Stored data entries:
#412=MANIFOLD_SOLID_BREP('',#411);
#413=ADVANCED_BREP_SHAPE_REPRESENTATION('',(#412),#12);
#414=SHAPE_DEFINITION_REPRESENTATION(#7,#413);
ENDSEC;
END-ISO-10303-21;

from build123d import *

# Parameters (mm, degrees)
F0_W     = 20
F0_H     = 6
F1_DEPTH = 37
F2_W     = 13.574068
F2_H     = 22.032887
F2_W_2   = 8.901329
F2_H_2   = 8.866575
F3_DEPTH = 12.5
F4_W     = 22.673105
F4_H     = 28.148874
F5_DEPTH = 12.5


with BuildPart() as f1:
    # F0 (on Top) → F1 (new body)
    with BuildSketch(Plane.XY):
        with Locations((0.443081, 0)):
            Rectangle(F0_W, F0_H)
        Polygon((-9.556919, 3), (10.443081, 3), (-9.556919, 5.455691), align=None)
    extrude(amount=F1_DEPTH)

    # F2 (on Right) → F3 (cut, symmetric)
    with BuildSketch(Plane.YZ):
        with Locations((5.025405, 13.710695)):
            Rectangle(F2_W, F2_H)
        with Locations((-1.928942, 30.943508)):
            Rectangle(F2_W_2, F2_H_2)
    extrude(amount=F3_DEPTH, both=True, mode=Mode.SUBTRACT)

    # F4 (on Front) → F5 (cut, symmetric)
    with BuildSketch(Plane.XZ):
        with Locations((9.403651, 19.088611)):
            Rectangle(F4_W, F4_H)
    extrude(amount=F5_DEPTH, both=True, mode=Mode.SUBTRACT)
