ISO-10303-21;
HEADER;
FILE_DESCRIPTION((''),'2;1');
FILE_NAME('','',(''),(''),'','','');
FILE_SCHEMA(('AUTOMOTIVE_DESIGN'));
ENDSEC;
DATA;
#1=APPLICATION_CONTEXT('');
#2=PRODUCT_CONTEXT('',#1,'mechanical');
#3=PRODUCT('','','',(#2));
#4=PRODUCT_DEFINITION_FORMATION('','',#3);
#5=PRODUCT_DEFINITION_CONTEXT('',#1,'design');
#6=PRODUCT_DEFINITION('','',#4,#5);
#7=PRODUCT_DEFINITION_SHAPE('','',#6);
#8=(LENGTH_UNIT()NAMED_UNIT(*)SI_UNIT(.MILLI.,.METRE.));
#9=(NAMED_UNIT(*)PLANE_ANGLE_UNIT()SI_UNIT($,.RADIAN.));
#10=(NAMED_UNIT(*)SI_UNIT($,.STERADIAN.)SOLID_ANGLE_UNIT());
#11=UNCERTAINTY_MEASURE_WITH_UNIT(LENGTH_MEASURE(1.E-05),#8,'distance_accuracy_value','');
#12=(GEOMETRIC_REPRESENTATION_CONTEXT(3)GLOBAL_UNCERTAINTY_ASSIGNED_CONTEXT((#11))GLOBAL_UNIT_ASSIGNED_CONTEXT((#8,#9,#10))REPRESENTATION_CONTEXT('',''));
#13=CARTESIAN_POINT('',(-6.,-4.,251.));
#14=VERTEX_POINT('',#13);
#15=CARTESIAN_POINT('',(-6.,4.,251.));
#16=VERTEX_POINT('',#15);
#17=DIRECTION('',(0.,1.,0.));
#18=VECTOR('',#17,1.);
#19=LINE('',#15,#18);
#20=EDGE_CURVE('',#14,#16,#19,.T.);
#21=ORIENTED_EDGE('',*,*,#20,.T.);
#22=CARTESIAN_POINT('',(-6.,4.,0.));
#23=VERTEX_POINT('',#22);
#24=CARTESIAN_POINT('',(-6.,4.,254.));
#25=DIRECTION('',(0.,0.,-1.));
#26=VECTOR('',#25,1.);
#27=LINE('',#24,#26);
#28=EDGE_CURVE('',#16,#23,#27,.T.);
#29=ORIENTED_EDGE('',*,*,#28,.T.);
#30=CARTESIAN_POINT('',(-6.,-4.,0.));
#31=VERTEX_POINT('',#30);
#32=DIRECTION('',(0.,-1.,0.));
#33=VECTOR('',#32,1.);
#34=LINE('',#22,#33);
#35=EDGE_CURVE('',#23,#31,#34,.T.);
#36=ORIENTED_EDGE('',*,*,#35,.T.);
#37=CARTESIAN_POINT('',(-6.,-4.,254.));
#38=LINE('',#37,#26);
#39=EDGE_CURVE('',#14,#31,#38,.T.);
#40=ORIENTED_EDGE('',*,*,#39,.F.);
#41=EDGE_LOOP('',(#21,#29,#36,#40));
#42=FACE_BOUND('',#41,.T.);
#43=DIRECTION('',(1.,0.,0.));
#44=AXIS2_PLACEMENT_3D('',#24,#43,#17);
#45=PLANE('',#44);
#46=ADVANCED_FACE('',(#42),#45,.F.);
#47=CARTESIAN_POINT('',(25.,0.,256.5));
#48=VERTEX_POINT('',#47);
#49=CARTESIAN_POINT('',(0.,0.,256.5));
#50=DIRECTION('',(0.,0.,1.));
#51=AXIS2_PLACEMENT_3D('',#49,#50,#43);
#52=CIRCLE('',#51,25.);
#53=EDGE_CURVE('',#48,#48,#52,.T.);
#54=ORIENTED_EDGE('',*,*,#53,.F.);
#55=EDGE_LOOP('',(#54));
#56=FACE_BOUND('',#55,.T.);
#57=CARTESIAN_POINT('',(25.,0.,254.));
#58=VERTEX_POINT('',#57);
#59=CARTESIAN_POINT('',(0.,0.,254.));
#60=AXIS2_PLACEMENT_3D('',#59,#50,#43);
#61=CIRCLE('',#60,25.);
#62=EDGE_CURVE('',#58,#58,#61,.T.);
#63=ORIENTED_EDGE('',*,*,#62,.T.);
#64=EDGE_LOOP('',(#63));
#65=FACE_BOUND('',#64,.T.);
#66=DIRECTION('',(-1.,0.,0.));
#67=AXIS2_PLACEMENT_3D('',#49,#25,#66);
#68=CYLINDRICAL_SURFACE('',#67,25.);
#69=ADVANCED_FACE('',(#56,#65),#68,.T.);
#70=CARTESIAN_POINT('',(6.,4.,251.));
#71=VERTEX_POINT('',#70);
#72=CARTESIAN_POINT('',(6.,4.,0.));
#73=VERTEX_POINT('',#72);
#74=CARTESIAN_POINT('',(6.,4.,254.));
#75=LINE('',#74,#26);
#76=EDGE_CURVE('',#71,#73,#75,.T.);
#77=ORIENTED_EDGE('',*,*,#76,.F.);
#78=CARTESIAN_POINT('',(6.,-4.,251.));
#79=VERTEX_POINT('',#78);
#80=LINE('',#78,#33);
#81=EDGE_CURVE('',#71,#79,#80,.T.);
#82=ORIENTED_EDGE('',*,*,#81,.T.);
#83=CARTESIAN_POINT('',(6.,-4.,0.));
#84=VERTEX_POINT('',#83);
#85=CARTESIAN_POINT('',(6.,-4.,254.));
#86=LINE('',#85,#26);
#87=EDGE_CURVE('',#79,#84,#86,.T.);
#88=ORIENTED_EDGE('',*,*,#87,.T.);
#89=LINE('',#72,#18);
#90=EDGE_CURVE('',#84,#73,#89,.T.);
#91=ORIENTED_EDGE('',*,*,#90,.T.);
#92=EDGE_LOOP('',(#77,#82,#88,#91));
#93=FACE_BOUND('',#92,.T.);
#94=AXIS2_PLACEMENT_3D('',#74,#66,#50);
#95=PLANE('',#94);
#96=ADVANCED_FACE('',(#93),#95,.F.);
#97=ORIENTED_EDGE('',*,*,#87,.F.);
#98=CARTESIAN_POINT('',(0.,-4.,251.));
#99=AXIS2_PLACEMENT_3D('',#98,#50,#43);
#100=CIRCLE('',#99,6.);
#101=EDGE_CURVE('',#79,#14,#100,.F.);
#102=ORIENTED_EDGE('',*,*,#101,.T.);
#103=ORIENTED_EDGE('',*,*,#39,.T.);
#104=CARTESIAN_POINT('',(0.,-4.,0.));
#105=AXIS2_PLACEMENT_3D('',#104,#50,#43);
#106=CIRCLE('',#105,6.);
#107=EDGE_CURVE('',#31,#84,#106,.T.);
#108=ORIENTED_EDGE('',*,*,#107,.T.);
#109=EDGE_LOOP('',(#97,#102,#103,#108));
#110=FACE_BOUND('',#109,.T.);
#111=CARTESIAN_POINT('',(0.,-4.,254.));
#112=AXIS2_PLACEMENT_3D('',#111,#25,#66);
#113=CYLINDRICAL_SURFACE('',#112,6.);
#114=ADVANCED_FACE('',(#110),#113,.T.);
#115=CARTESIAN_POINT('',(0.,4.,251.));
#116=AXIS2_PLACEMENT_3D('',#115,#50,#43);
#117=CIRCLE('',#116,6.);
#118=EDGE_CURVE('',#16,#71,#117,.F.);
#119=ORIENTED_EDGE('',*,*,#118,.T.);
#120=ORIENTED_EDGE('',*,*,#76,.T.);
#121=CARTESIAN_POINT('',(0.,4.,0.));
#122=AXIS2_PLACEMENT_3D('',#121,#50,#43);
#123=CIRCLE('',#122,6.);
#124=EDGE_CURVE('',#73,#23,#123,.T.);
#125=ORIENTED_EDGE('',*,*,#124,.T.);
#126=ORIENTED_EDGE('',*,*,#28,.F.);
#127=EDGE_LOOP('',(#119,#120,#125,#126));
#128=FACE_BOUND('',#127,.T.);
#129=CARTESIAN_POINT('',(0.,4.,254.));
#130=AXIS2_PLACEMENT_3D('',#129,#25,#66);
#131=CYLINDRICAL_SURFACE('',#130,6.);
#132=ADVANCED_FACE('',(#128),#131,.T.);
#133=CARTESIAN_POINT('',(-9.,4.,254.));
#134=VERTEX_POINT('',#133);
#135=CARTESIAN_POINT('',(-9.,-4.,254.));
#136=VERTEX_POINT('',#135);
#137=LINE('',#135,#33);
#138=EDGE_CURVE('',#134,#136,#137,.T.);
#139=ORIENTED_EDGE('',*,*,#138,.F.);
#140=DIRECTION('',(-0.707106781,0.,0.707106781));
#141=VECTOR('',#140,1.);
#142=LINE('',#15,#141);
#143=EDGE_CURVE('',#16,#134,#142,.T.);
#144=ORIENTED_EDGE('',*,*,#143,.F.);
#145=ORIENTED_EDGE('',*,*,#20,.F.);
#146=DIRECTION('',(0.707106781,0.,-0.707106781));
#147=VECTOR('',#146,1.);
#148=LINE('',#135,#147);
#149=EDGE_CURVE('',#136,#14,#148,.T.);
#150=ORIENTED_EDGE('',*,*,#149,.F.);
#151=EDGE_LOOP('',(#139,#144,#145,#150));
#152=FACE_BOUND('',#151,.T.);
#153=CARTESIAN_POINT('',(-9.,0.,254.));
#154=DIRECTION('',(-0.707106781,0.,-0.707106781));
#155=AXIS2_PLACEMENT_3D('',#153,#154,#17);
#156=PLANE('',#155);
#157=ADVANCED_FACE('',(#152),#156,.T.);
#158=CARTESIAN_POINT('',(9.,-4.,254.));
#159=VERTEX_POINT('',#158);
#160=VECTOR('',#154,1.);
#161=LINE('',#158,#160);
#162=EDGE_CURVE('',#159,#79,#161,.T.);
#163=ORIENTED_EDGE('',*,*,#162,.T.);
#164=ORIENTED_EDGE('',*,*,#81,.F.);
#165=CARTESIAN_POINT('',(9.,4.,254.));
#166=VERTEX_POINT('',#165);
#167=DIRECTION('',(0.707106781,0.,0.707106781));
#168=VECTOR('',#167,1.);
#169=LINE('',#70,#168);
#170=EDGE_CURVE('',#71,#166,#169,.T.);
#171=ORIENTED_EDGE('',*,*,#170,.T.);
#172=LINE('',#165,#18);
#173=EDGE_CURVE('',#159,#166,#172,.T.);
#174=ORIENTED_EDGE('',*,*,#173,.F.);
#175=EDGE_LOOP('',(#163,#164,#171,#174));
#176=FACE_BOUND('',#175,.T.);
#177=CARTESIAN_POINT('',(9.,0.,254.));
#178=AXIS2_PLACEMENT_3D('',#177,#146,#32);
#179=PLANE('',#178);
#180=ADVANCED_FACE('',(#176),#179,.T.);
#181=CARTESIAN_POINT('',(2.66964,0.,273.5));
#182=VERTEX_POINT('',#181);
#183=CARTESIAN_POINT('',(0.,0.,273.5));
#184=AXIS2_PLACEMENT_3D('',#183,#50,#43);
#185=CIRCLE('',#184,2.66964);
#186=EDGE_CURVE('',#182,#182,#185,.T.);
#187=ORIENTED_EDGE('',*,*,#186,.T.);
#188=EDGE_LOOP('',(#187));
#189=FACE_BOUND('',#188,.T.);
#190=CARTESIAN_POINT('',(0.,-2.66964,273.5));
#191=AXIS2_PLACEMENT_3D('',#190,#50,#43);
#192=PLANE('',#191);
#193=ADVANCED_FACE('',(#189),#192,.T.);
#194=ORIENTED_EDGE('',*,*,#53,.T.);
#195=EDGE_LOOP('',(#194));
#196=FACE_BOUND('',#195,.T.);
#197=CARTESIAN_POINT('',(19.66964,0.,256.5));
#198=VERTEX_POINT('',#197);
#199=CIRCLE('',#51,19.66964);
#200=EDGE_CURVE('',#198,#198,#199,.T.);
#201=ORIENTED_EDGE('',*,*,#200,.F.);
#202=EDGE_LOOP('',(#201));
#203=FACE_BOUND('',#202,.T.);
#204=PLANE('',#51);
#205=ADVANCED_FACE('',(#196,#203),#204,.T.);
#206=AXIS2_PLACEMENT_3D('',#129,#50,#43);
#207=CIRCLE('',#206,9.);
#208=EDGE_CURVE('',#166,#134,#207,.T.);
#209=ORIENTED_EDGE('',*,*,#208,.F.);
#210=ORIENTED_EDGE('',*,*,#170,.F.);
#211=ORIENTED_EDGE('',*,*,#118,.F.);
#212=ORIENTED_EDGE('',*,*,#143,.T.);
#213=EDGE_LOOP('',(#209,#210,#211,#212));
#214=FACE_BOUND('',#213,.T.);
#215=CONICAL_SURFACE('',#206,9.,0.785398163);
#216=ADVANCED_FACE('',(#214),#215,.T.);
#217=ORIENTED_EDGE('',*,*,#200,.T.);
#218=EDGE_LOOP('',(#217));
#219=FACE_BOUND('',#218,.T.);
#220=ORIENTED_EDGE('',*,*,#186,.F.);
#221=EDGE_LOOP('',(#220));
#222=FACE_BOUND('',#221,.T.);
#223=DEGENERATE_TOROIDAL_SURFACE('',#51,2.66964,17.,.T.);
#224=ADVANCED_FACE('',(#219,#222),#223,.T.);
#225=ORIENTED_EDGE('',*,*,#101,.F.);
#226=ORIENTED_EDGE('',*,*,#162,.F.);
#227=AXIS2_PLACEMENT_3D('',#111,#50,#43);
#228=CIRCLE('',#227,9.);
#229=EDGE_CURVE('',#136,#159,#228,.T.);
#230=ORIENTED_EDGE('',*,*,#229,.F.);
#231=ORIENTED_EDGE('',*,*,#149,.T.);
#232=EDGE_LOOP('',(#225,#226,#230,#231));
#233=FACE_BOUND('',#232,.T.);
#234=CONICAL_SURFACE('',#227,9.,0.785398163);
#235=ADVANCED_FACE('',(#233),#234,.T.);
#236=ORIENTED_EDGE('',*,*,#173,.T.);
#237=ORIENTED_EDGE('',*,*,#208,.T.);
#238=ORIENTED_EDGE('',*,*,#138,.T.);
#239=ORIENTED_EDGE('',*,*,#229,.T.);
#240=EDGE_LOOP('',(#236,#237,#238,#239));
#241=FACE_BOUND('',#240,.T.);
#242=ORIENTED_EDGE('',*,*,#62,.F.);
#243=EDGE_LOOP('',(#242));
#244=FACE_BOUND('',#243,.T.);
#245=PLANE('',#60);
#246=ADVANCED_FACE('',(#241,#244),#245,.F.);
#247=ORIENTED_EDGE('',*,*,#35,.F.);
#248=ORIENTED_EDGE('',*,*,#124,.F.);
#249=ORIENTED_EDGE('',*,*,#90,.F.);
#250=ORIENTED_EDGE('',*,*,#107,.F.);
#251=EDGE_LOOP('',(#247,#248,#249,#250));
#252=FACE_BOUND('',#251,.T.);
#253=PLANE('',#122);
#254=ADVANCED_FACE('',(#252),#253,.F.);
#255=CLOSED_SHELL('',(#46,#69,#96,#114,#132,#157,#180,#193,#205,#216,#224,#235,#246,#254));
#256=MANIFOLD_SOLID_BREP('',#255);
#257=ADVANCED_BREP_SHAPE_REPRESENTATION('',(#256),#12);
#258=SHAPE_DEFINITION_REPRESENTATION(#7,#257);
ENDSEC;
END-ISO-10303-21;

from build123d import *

# Parameters (mm, degrees)
EXTRUDE_1_DEPTH = 254
SKETCH_3_R      = 25
EXTRUDE_2_DEPTH = 2.5
CHAMFER_1_SIZE  = 3


with BuildPart() as part:
    # 草图2 → 凸台-拉伸1 (new body)
    with BuildSketch(Plane.XY):
        with BuildLine():
            Line((6, 4), (6, -4))
            ThreePointArc((6, -4), (0, -10), (-6, -4))
            Line((-6, -4), (-6, 4))
            ThreePointArc((-6, 4), (0, 10), (6, 4))
        make_face()
    extrude(amount=EXTRUDE_1_DEPTH)

    # 草图3 → 凸台-拉伸2 (add)
    with BuildSketch(Plane.XY.offset(254)):
        Circle(SKETCH_3_R)
    extrude(amount=EXTRUDE_2_DEPTH)

    # 倒角1
    chamfer_1_edges = [part.edges().sort_by_distance(p)[0] for p in [
        (0, -10, 254),
        (6, 0, 254),
        (0, 10, 254),
        (-6, 0, 254),
    ]]
    chamfer(chamfer_1_edges, length=CHAMFER_1_SIZE)

    # 草图4 → 旋转1 (revolve)
    with BuildSketch(Plane(origin=(0, 0, 0), x_dir=(0, 0, -1), z_dir=(1, 0, 0))):
        with BuildLine():
            Line((-256.5, 0), (-256.5, -19.669640386))
            ThreePointArc((-256.5, -19.669640386), (-268.52081528, -14.690455667), (-273.5, -2.669640386))
            Line((-273.5, -2.669640386), (-273.5, 0))
            Line((-273.5, 0), (-256.5, 0))
        make_face()
    revolve(axis=Axis((0, 0, 273.5), (0, 0, -1)))


solid = part.part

*Exercise requirements*. Both the line containing "#105=AXIS2_PLACEMENT_3D('',#104,#50,#43);" and the line containing "#125=ORIENTED_EDGE('',*,*,#124,.T.);" belong in the answer. Print them and every line above that falls between them exactly, and no others.

*Solved problem*.
#105=AXIS2_PLACEMENT_3D('',#104,#50,#43);
#106=CIRCLE('',#105,6.);
#107=EDGE_CURVE('',#31,#84,#106,.T.);
#108=ORIENTED_EDGE('',*,*,#107,.T.);
#109=EDGE_LOOP('',(#97,#102,#103,#108));
#110=FACE_BOUND('',#109,.T.);
#111=CARTESIAN_POINT('',(0.,-4.,254.));
#112=AXIS2_PLACEMENT_3D('',#111,#25,#66);
#113=CYLINDRICAL_SURFACE('',#112,6.);
#114=ADVANCED_FACE('',(#110),#113,.T.);
#115=CARTESIAN_POINT('',(0.,4.,251.));
#116=AXIS2_PLACEMENT_3D('',#115,#50,#43);
#117=CIRCLE('',#116,6.);
#118=EDGE_CURVE('',#16,#71,#117,.F.);
#119=ORIENTED_EDGE('',*,*,#118,.T.);
#120=ORIENTED_EDGE('',*,*,#76,.T.);
#121=CARTESIAN_POINT('',(0.,4.,0.));
#122=AXIS2_PLACEMENT_3D('',#121,#50,#43);
#123=CIRCLE('',#122,6.);
#124=EDGE_CURVE('',#73,#23,#123,.T.);
#125=ORIENTED_EDGE('',*,*,#124,.T.);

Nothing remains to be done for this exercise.